What to do: What lines below mention the word "amount"? Copy each one.

┄┄┄┄┄┄

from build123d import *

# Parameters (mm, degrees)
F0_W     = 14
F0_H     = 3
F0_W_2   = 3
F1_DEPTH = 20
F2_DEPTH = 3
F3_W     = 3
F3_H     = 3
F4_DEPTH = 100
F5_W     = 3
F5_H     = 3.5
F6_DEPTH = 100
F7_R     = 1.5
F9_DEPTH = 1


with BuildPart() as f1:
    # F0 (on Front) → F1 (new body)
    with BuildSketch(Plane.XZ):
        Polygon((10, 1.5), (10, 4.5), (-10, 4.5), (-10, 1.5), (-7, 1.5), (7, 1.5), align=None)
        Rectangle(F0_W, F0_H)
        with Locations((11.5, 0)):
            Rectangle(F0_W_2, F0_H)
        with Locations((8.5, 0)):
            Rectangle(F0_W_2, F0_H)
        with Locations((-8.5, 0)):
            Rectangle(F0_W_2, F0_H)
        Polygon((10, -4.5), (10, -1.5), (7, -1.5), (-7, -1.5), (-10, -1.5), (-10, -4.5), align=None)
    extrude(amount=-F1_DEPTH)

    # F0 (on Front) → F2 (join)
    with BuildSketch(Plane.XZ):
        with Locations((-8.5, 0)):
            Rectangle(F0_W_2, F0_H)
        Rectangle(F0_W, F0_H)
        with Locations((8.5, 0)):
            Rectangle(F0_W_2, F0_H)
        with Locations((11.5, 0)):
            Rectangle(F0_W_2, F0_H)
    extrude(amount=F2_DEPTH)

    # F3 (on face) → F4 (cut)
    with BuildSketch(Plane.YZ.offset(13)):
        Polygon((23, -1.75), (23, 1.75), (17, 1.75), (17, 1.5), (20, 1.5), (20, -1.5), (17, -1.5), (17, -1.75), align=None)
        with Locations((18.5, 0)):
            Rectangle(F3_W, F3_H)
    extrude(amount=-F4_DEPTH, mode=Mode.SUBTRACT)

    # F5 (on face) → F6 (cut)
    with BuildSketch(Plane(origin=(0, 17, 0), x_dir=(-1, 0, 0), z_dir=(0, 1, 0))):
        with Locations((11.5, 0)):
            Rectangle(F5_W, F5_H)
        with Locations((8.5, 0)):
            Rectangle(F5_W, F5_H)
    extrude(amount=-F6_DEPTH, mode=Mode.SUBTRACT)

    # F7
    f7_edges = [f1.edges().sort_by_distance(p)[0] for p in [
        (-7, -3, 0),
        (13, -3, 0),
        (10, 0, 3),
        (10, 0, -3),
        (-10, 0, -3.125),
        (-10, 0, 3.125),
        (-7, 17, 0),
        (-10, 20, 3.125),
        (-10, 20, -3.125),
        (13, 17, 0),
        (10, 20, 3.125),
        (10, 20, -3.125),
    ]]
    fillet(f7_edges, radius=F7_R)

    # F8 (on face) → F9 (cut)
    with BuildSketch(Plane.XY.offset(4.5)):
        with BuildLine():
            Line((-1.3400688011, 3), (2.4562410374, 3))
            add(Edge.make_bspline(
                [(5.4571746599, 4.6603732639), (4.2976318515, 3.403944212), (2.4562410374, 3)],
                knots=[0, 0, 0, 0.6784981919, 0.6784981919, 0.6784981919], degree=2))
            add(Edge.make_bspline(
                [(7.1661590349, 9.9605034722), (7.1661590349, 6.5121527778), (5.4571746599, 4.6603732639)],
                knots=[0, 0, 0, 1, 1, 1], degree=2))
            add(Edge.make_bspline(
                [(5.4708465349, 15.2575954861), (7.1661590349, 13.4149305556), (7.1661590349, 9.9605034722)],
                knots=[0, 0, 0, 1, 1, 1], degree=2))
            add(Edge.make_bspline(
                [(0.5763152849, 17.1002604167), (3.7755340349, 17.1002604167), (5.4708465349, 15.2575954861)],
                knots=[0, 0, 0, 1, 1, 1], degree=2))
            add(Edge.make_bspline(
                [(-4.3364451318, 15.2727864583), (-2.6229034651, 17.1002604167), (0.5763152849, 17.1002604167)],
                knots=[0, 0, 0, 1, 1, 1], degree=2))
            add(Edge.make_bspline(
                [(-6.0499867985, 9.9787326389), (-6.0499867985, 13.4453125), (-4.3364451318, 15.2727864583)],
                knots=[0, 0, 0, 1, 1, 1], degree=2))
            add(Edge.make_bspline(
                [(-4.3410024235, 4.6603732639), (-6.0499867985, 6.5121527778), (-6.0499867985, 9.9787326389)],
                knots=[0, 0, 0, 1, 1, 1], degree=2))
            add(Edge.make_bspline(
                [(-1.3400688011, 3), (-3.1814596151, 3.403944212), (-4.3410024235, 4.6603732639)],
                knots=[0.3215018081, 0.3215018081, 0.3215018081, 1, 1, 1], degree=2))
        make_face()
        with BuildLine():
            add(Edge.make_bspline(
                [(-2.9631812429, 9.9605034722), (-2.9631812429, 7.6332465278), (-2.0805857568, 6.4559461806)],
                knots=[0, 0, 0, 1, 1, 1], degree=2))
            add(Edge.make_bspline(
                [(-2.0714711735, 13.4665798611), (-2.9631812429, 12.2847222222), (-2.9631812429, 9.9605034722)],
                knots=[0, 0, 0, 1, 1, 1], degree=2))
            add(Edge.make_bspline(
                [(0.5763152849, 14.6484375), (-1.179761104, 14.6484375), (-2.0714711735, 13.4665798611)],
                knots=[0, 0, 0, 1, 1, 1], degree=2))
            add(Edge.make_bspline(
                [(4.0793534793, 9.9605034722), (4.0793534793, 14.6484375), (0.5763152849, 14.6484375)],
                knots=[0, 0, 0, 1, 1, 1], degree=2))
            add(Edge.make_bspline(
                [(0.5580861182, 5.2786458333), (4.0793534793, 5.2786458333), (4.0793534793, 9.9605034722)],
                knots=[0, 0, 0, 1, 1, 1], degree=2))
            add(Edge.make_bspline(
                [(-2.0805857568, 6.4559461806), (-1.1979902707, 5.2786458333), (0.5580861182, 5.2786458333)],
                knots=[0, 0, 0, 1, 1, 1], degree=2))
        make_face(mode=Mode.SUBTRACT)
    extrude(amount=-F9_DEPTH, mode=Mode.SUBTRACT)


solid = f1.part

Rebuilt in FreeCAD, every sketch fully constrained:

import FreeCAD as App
import Part
import Sketcher
from FreeCAD import Vector
Q = App.Units.Quantity


def edges_at(feature, points):
    """Names of the edges that pass closest to the given points."""
    edges = feature.Shape.Edges
    near = lambda p: min(range(len(edges)), key=lambda i: edges[i].distToShape(Part.Vertex(*p))[0])
    return sorted({f"Edge{near(p) + 1}" for p in points})


def add_polygon(sketch, points):
    """Adds a closed chain of lines whose ends are joined by coincident constraints."""
    first, n = sketch.GeometryCount, len(points)
    for a, b in zip(points, points[1:] + points[:1]):
        sketch.addGeometry(Part.LineSegment(App.Vector(*a, 0), App.Vector(*b, 0)), False)
    for i in range(n):
        sketch.addConstraint(Sketcher.Constraint("Coincident", first + i, 2, first + (i + 1) % n, 1))

doc = App.newDocument("Part")
body = doc.addObject("PartDesign::Body", "Body")

sketch1 = body.newObject("Sketcher::SketchObject", "Sketch")
sketch1.AttachmentSupport = (doc.getObject("XZ_Plane"), [""])
sketch1.MapMode = "FlatFace"
add_polygon(sketch1, [(10, 1.5), (10, 4.5), (-10, 4.5), (-10, -4.5), (10, -4.5), (10, -1.5), (13, -1.5), (13, 1.5)])
sketch1.addConstraint([
    Sketcher.Constraint("Vertical", 0),
    Sketcher.Constraint("Horizontal", 1),
    Sketcher.Constraint("Vertical", 2),
    Sketcher.Constraint("Horizontal", 3),
    Sketcher.Constraint("Vertical", 4),
    Sketcher.Constraint("Horizontal", 5),
    Sketcher.Constraint("Vertical", 6),
    Sketcher.Constraint("Horizontal", 7),
    Sketcher.Constraint("Symmetric", 0, 2, 2, 2, -1, 1),
    Sketcher.Constraint("Symmetric", 4, 2, 7, 2, -1),
    Sketcher.Constraint("Equal", 7, 0),
    Sketcher.Constraint("Equal", 4, 6),
    Sketcher.Constraint("DistanceX", 1, 2, 1, 1, Q("20 mm")),
    Sketcher.Constraint("DistanceX", 5, 1, 5, 2, Q("3 mm")),
])
pad1 = body.newObject("PartDesign::Pad", "Pad")
pad1.Profile = sketch1
pad1.Length = 20
pad1.Reversed = True

sketch2 = body.newObject("Sketcher::SketchObject", "Sketch001")
sketch2.AttachmentSupport = (doc.getObject("XZ_Plane"), [""])
sketch2.MapMode = "FlatFace"
add_polygon(sketch2, [(-10, 1.5), (-10, -1.5), (13, -1.5), (13, 1.5)])
sketch2.addConstraint([
    Sketcher.Constraint("Vertical", 0),
    Sketcher.Constraint("Horizontal", 1),
    Sketcher.Constraint("Vertical", 2),
    Sketcher.Constraint("Horizontal", 3),
    Sketcher.Constraint("DistanceX", 1, 1, 1, 2, Q("23 mm")),
    Sketcher.Constraint("DistanceY", 0, 2, 0, 1, Q("3 mm")),
    Sketcher.Constraint("DistanceX", 0, 2, -1, 1, Q("10 mm")),
    Sketcher.Constraint("DistanceY", 0, 2, -1, 1, Q("1.5 mm")),
])
pad2 = body.newObject("PartDesign::Pad", "Pad001")
pad2.Profile = sketch2
pad2.Length = 3

sketch3 = body.newObject("Sketcher::SketchObject", "Sketch002")
sketch3.AttachmentSupport = (doc.getObject("YZ_Plane"), [""])
sketch3.MapMode = "FlatFace"
sketch3.AttachmentOffset = App.Placement(Vector(0, 0, 13), App.Rotation())
add_polygon(sketch3, [(23, -1.75), (23, 1.75), (17, 1.75), (17, -1.75)])
sketch3.addConstraint([
    Sketcher.Constraint("Vertical", 0),
    Sketcher.Constraint("Horizontal", 1),
    Sketcher.Constraint("Vertical", 2),
    Sketcher.Constraint("Horizontal", 3),
    Sketcher.Constraint("DistanceX", 1, 2, 1, 1, Q("6 mm")),
    Sketcher.Constraint("DistanceY", 0, 1, 0, 2, Q("3.5 mm")),
    Sketcher.Constraint("DistanceX", -1, 1, 0, 2, Q("23 mm")),
    Sketcher.Constraint("DistanceY", -1, 1, 0, 2, Q("1.75 mm")),
])
pocket1 = body.newObject("PartDesign::Pocket", "Pocket")
pocket1.Profile = sketch3
pocket1.Length = 100

sketch4 = body.newObject("Sketcher::SketchObject", "Sketch003")
sketch4.AttachmentSupport = (doc.getObject("XZ_Plane"), [""])
sketch4.MapMode = "FlatFace"
sketch4.AttachmentOffset = App.Placement(Vector(0, 0, -17), App.Rotation())
add_polygon(sketch4, [(-13, -1.75), (-13, 1.75), (-7, 1.75), (-7, -1.75)])
sketch4.addConstraint([
    Sketcher.Constraint("Vertical", 0),
    Sketcher.Constraint("Horizontal", 1),
    Sketcher.Constraint("Vertical", 2),
    Sketcher.Constraint("Horizontal", 3),
    Sketcher.Constraint("DistanceX", 1, 1, 1, 2, Q("6 mm")),
    Sketcher.Constraint("DistanceY", 0, 1, 0, 2, Q("3.5 mm")),
    Sketcher.Constraint("DistanceX", 0, 2, -1, 1, Q("13 mm")),
    Sketcher.Constraint("DistanceY", -1, 1, 0, 2, Q("1.75 mm")),
])
pocket2 = body.newObject("PartDesign::Pocket", "Pocket001")
pocket2.Profile = sketch4
pocket2.Length = 100
pocket2.Reversed = True
doc.recompute()

fillet = body.newObject("PartDesign::Fillet", "Fillet")
fillet.Base = (pocket2, edges_at(pocket2, [
    (-7, -3, 0),
    (13, -3, 0),
    (10, 0, 3),
    (10, 0, -3),
    (-10, 0, -3.125),
    (-10, 0, 3.125),
    (-7, 17, 0),
    (-10, 20, 3.125),
    (-10, 20, -3.125),
    (13, 17, 0),
    (10, 20, 3.125),
    (10, 20, -3.125),
]))
fillet.Radius = 1.5

sketch5 = body.newObject("Sketcher::SketchObject", "Sketch004")
sketch5.AttachmentSupport = (doc.getObject("XY_Plane"), [""])
sketch5.MapMode = "FlatFace"
sketch5.AttachmentOffset = App.Placement(Vector(0, 0, 4.5), App.Rotation())
sketch5.addGeometry([
    Part.LineSegment(Vector(-1.340069, 3, 0), Vector(2.456241, 3, 0)),
    Part.BSplineCurve([Vector(5.457175, 4.660373, 0), Vector(4.297632, 3.403944, 0), Vector(2.456241, 3, 0)], [3, 3], [0, 0.678498192], False, 2, [1, 1, 1], False),
    Part.BSplineCurve([Vector(5.470847, 15.257595, 0), Vector(7.166159, 13.414931, 0), Vector(7.166159, 6.512153, 0), Vector(5.457175, 4.660373, 0)], [3, 1, 3], [0, 1, 1.998240985], False, 2, [1, 1, 1, 1], False),
    Part.BSplineCurve([Vector(-4.336445, 15.272786, 0), Vector(-2.622903, 17.10026, 0), Vector(3.775534, 17.10026, 0), Vector(5.470847, 15.257595, 0)], [3, 1, 3], [0, 1, 2], False, 2, [1, 1, 1, 1], False),
    Part.BSplineCurve([Vector(-4.341002, 4.660373, 0), Vector(-6.049987, 6.512153, 0), Vector(-6.049987, 13.445312, 0), Vector(-4.336445, 15.272786, 0)], [3, 1, 3], [0, 1, 2], False, 2, [1, 1, 1, 1], False),
    Part.BSplineCurve([Vector(-1.340069, 3, 0), Vector(-3.18146, 3.403944, 0), Vector(-4.341002, 4.660373, 0)], [3, 3], [0.321501808, 1], False, 2, [1, 1, 1], False),
    Part.BSplineCurve([Vector(-2.071471, 13.46658, 0), Vector(-2.963181, 12.284722, 0), Vector(-2.963181, 7.633247, 0), Vector(-2.080586, 6.455946, 0)], [3, 1, 3], [0, 1, 2.00130719], False, 2, [1, 1, 1, 1], False),
    Part.BSplineCurve([Vector(-2.080586, 6.455946, 0), Vector(-1.19799, 5.278646, 0), Vector(4.079353, 5.278646, 0), Vector(4.079353, 14.648438, 0), Vector(-1.179761, 14.648438, 0), Vector(-2.071471, 13.46658, 0)], [3, 1, 1, 1, 3], [0, 1, 3.005190311, 5.012983076, 6.019491505], False, 2, [1, 1, 1, 1, 1, 1], False),
], False)
sketch5.addConstraint([
    Sketcher.Constraint("Block", 1),
    Sketcher.Constraint("Block", 2),
    Sketcher.Constraint("Block", 3),
    Sketcher.Constraint("Block", 4),
    Sketcher.Constraint("Block", 5),
    Sketcher.Constraint("Block", 6),
    Sketcher.Constraint("Block", 7),
    Sketcher.Constraint("Coincident", 0, 2, 1, 2),
    Sketcher.Constraint("Coincident", 5, 1, 0, 1),
])
pocket3 = body.newObject("PartDesign::Pocket", "Pocket002")
pocket3.Profile = sketch5
pocket3.Length = 1

doc.recompute()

┄┄┄┄┄┄

Final answer:
    extrude(amount=-F1_DEPTH)
    extrude(amount=F2_DEPTH)
    extrude(amount=-F4_DEPTH, mode=Mode.SUBTRACT)
    extrude(amount=-F6_DEPTH, mode=Mode.SUBTRACT)
    extrude(amount=-F9_DEPTH, mode=Mode.SUBTRACT)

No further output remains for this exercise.